Later, humans developed specially shaped weapons from stone and flint, and by about 5000 b.c., copper was being used. After this came bronze, then iron, and finally steel, which made the hardest armor and sharpest blades. Many other materials have also been used, such as leather, whalebone, and horn.

Soon, those who had to fight began to protect themselves by carrying shields. Sometimes they also wore body armor. Armor was designed to give the best possible protection against increasingly powerful weapons. The armor could not be too heavy or so difficult to wear that a sol*dier could not move properly. This con*stant struggle between attack and defense has continued right up to the present day with each manufacturer trying to produce better equipment than his or her rivals.

*The first armor was introduced by the Sumerians.*
The first soldiers to use bronze were the Sumerians of the ancient Middle East around 3000 b.c. The Sumerians carried spears and large rectangular shields. By about 1400 b.c., Egyptian soldiers, among others, were wearing armor of stiffened fabric and coats covered in small scales, which also protected their shoulders. The Assyrians, who rose to power in the Middle East in the late 10th century b.c., were ruthless soldiers. The Assyrian Empire fell around 612 b.c., by which time the Greek city-states were becoming powerful. Greek soldiers wore bronze helmets that covered almost the whole head, and they carried large, round bronze shields. .

*The Greeks and their armor.*
The Greeks used armor that was made of small bronze plates joined tightly by red laces. The armor on the shoulders and stomach had lacing on the outside and moved easily.
The Greeks sometimes used a muscled bronze greave, or lower leg armor. 

*The Chinese armor used bronze armor.*
The Chinese had discovered how to cast bronze by 1500 b.c. By 1300 b.c., they were using bronze body armor made of many small plates or one large piece. Around 500 b.c. iron weapons began to appear, but for a long time the metal was brittle and of poor quality.

The uniform of all imperial Qin soldiers seems to have been of similar colors.  This made soldiers instantly recognizable as members of a unit and helped boost comradeship within the ranks.

The crossbow shot a bolt, an arrow shorter than the one used by bowmen. The bronze heads of both arrows and bolts often had three or four sides, which pierced armor well.

*The Roman armor incorporated special helmets.*
In Italy the Romans developed armies that were finally able to defeat the Greeks and break up their phalanxes.  A phalanx may be defined as being a tight formation of foot soldiers usually carrying spears or pikes. After the 2nd century b.c., the Romans gradually conquered much of Europe with disciplined legions of men in armor. Each legion contained several thousand regular troops plus auxiliaries who were not Roman citizens. Legionnaires at first wore mail, made of small metal rings, or a metal plate on the chest. In the 1st century a.d., the lorica segmentata came into use. The large shield and tunic were colored to match the soldier's unit. 

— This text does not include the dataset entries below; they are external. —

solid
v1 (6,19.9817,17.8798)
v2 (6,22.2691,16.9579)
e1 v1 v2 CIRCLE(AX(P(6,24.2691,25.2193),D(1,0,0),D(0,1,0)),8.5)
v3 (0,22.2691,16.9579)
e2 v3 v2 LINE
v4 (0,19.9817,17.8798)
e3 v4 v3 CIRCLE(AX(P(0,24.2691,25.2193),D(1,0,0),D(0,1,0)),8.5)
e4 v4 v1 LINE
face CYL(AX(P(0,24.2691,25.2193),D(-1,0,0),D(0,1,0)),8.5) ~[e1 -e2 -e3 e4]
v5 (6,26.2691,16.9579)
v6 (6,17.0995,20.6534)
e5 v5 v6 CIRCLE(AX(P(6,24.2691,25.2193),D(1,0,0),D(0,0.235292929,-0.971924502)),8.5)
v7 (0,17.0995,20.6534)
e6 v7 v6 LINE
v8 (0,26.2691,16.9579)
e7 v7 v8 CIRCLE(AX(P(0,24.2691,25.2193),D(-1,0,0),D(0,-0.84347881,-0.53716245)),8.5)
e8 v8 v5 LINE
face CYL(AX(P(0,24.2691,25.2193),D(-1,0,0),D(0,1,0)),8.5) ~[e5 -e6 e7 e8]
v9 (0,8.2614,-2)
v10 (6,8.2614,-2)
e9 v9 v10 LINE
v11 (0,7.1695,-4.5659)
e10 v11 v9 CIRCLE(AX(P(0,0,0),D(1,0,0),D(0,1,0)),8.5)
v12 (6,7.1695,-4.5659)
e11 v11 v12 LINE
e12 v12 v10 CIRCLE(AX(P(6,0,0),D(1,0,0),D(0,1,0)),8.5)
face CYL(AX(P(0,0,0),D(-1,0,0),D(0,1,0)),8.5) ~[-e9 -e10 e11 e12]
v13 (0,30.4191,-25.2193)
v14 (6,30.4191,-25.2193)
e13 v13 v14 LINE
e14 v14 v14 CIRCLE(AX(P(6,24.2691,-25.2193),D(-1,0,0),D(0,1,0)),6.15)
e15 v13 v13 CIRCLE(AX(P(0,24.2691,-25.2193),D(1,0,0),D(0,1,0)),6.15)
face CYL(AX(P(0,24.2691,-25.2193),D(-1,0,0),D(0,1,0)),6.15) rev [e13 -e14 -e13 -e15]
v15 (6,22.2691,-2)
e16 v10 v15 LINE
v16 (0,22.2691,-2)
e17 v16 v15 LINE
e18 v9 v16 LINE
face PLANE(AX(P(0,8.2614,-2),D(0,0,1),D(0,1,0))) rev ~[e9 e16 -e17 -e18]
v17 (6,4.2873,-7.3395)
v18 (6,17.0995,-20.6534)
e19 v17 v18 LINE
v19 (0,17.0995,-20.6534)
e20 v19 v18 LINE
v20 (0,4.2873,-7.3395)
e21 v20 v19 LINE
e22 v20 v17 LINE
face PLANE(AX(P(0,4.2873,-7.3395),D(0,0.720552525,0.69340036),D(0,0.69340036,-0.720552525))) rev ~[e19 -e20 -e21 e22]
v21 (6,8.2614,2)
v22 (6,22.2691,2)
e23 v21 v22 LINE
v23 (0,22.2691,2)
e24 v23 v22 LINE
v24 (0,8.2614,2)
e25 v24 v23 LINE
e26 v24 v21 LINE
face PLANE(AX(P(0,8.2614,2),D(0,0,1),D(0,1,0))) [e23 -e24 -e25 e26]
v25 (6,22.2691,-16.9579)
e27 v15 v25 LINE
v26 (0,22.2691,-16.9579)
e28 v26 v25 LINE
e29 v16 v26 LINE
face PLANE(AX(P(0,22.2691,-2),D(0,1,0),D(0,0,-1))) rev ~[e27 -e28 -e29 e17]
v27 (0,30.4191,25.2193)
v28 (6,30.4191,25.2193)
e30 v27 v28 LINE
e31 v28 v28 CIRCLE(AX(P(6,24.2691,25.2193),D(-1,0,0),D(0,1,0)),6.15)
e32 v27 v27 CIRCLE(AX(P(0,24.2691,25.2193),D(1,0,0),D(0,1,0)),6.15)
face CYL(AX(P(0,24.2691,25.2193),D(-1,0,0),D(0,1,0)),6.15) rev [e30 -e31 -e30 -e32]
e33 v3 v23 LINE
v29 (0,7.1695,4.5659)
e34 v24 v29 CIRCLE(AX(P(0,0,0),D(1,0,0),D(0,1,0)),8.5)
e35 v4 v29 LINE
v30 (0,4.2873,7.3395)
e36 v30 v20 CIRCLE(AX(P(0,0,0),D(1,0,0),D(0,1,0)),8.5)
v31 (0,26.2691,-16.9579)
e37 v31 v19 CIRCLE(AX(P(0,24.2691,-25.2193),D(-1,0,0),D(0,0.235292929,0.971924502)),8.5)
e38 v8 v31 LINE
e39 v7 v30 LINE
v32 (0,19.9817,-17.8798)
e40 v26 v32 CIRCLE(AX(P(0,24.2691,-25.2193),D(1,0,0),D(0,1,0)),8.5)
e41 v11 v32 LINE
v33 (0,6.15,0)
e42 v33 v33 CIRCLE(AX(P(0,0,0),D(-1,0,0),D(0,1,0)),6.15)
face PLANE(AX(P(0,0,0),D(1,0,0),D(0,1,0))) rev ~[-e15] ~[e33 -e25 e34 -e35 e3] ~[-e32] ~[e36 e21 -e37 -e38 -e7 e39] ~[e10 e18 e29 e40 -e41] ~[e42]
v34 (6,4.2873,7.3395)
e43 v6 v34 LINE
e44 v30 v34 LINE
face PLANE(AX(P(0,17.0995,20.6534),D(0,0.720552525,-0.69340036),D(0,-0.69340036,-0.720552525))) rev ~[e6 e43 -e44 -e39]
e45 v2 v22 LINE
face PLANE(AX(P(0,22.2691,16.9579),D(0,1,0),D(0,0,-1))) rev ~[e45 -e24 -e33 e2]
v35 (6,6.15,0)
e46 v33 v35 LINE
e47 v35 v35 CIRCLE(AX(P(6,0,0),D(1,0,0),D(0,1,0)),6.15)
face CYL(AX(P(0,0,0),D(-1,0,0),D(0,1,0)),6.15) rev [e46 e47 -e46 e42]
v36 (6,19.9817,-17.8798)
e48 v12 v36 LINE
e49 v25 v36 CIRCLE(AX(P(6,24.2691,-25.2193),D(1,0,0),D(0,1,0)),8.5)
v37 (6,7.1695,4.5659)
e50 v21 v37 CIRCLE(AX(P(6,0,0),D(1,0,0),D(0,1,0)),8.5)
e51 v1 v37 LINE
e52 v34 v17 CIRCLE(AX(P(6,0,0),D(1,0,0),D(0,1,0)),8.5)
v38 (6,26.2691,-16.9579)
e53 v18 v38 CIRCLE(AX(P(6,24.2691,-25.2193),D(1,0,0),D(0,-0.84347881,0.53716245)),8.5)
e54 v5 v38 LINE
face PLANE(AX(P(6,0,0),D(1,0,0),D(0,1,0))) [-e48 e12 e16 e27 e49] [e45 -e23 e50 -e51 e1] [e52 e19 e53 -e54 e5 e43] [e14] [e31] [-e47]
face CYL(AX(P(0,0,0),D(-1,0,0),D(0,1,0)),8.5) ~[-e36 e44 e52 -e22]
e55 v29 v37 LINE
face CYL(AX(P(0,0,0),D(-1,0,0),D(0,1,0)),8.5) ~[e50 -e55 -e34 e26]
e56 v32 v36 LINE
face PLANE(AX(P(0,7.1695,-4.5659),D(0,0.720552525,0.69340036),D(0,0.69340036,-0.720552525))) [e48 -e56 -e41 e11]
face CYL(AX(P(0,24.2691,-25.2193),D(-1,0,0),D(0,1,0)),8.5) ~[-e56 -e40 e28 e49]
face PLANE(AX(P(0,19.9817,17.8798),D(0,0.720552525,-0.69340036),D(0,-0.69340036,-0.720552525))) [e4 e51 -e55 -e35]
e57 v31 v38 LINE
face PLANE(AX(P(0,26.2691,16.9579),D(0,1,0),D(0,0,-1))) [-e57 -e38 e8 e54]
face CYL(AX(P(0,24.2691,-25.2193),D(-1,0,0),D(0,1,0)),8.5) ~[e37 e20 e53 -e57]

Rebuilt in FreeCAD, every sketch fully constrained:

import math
import FreeCAD as App
import Part
import Sketcher

V = App.Vector
Q = App.Units.Quantity

doc = App.newDocument("Part")
body = doc.addObject("PartDesign::Body", "Body")

sketch1 = doc.addObject("Sketcher::SketchObject", "Sketch")
body.addObject(sketch1)
sketch1.AttachmentSupport = (doc.YZ_Plane, [""])
sketch1.MapMode = "FlatFace"
sketch1.addGeometry([
    Part.ArcOfCircle(Part.Circle(V(0, 0, 0), V(0, 0, 1), 8.5), math.radians(59.709065), math.radians(300.290935)),
    Part.LineSegment(V(4.2873, -7.3395, 0), V(17.0995, -20.6534, 0)),
    Part.ArcOfCircle(Part.Circle(V(24.2691, -25.2193, 0), V(0, 0, 1), 8.5), math.radians(147.509317), math.radians(436.391109)),
    Part.LineSegment(V(26.2691, -16.9579, 0), V(26.2691, 16.9579, 0)),
    Part.ArcOfCircle(Part.Circle(V(24.2691, 25.2193, 0), V(0, 0, 1), 8.5), math.radians(-76.391109), math.radians(212.490683)),
    Part.LineSegment(V(17.0995, 20.6534, 0), V(4.2873, 7.3395, 0)),
    Part.Circle(V(0, 0, 0), V(0, 0, 1), 6.15),
    Part.ArcOfCircle(Part.Circle(V(0, 0, 0), V(0, 0, 1), 8.5), math.radians(-32.491045), math.radians(-13.608891)),
    Part.LineSegment(V(8.2614, -2, 0), V(22.2691, -2, 0)),
    Part.LineSegment(V(22.2691, -2, 0), V(22.2691, -16.9579, 0)),
    Part.ArcOfCircle(Part.Circle(V(24.2691, -25.2193, 0), V(0, 0, 1), 8.5), math.radians(103.608891), math.radians(120.291517)),
    Part.LineSegment(V(19.9817, -17.8798, 0), V(7.1695, -4.5659, 0)),
    Part.ArcOfCircle(Part.Circle(V(0, 0, 0), V(0, 0, 1), 8.5), math.radians(13.608891), math.radians(32.491045)),
    Part.LineSegment(V(7.1695, 4.5659, 0), V(19.9817, 17.8798, 0)),
    Part.ArcOfCircle(Part.Circle(V(24.2691, 25.2193, 0), V(0, 0, 1), 8.5), math.radians(-120.291517), math.radians(-103.608891)),
    Part.LineSegment(V(22.2691, 16.9579, 0), V(22.2691, 2, 0)),
    Part.LineSegment(V(22.2691, 2, 0), V(8.2614, 2, 0)),
    Part.Circle(V(24.2691, -25.2193, 0), V(0, 0, 1), 6.15),
    Part.Circle(V(24.2691, 25.2193, 0), V(0, 0, 1), 6.15),
], False)
sketch1.addConstraint([
    Sketcher.Constraint("Coincident", 0, 2, 1, 1),
    Sketcher.Constraint("Coincident", 1, 2, 2, 1),
    Sketcher.Constraint("Coincident", 2, 2, 3, 1),
    Sketcher.Constraint("Coincident", 3, 2, 4, 1),
    Sketcher.Constraint("Coincident", 4, 2, 5, 1),
    Sketcher.Constraint("Coincident", 5, 2, 0, 1),
    Sketcher.Constraint("Coincident", 7, 2, 8, 1),
    Sketcher.Constraint("Coincident", 8, 2, 9, 1),
    Sketcher.Constraint("Coincident", 9, 2, 10, 1),
    Sketcher.Constraint("Coincident", 10, 2, 11, 1),
    Sketcher.Constraint("Coincident", 11, 2, 7, 1),
    Sketcher.Constraint("Coincident", 12, 2, 13, 1),
    Sketcher.Constraint("Coincident", 13, 2, 14, 1),
    Sketcher.Constraint("Coincident", 14, 2, 15, 1),
    Sketcher.Constraint("Coincident", 15, 2, 16, 1),
    Sketcher.Constraint("Coincident", 16, 2, 12, 1),
    Sketcher.Constraint("Vertical", 3),
    Sketcher.Constraint("Horizontal", 8),
    Sketcher.Constraint("Vertical", 9),
    Sketcher.Constraint("Vertical", 15),
    Sketcher.Constraint("Horizontal", 16),
    Sketcher.Constraint("Coincident", 0, 3, -1, 1),
    Sketcher.Constraint("Coincident", 6, 3, -1, 1),
    Sketcher.Constraint("Coincident", 7, 3, -1, 1),
    Sketcher.Constraint("Coincident", 12, 3, -1, 1),
    Sketcher.Constraint("Coincident", 10, 3, 2, 3),
    Sketcher.Constraint("Coincident", 14, 3, 4, 3),
    Sketcher.Constraint("Coincident", 17, 3, 2, 3),
    Sketcher.Constraint("Coincident", 18, 3, 4, 3),
    Sketcher.Constraint("Equal", 0, 2),
    Sketcher.Constraint("Equal", 2, 4),
    Sketcher.Constraint("Equal", 4, 7),
    Sketcher.Constraint("Equal", 7, 10),
    Sketcher.Constraint("Equal", 10, 12),
    Sketcher.Constraint("Equal", 12, 14),
    Sketcher.Constraint("Equal", 6, 17),
    Sketcher.Constraint("Equal", 17, 18),
    Sketcher.Constraint("Symmetric", 2, 3, 4, 3, -1),
    Sketcher.Constraint("Symmetric", 8, 2, 15, 2, -1),
    Sketcher.Constraint("Parallel", 1, 11),
    Sketcher.Constraint("Parallel", 5, 13),
    Sketcher.Constraint("Horizontal", 2, 2, 9, 2),
    Sketcher.Constraint("Vertical", 1, 2, 4, 2),
    Sketcher.Constraint("Vertical", 0, 2, 5, 2),
    Sketcher.Constraint("Vertical", 11, 2, 12, 2),
    Sketcher.Constraint("Equal", 5, 11),
    Sketcher.Constraint("Diameter", 6, Q("12.3 mm")),
    Sketcher.Constraint("Radius", 0, Q("8.5 mm")),
    Sketcher.Constraint("DistanceY", 7, 2, -1, 1, Q("2 mm")),
    Sketcher.Constraint("DistanceX", 2, 3, 2, 2, Q("2 mm")),
    Sketcher.Constraint("Angle", 1, Q("-46.1 deg")),
    Sketcher.Constraint("DistanceY", 9, 2, 9, 1, Q("14.958 mm")),
    Sketcher.Constraint("DistanceX", 8, 1, 8, 2, Q("14.0077 mm")),
    Sketcher.Constraint("DistanceY", 11, 2, -1, 1, Q("4.566 mm")),
])
pad1 = doc.addObject("PartDesign::Pad", "Pad")
body.addObject(pad1)
pad1.Profile = sketch1
pad1.Length = 6

doc.recompute()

The Roman armor also called lorica was made from iron strips held together by laces, straps, and buckles. These often wore out, so metal fastenings were introduced.

The iron helmet, tied under the chin, had cheek pieces to guard the face and a broad neck armor. Ear cutouts allowed the Roman soldier to hear.

Mail was armor made from interlinked iron rings (looked like mesh)
Because mail is not rigid, blows can break bones without actually cutting through the rings. More and more steel plates were therefore added, and by 1400, knights were covered from head to foot in plate armor. The pieces could be held together by leather strips attached underneath or by rivets. A rivet on one plate slid in a slot in another plate, or two plates pivoted on a single rivet. Battle armor, like this weighed about 1400, weighed about 44 pounds (20 kg). Because the weight was distributed evenly over the body, a man could sit, lie down, run, or mount his horse without help. Plate armor was
used until the 17th century.    

*The Age of Mail as armor and the Saxon warrior*
Armor was first introduced in England during the 1066 Battle of Hastings.  The mail armor was the forerunner of what the great knights of England later wore during battles and jousts.  By the 12th century a knight attacked with the lance tucked under his arm, using the momentum of the galloping horse to drive the pointed steel head into the target.  Mail was made from many small iron rings joined together, each closed with a tiny pin called a rivet. Sometimes every other row was made of welded rings.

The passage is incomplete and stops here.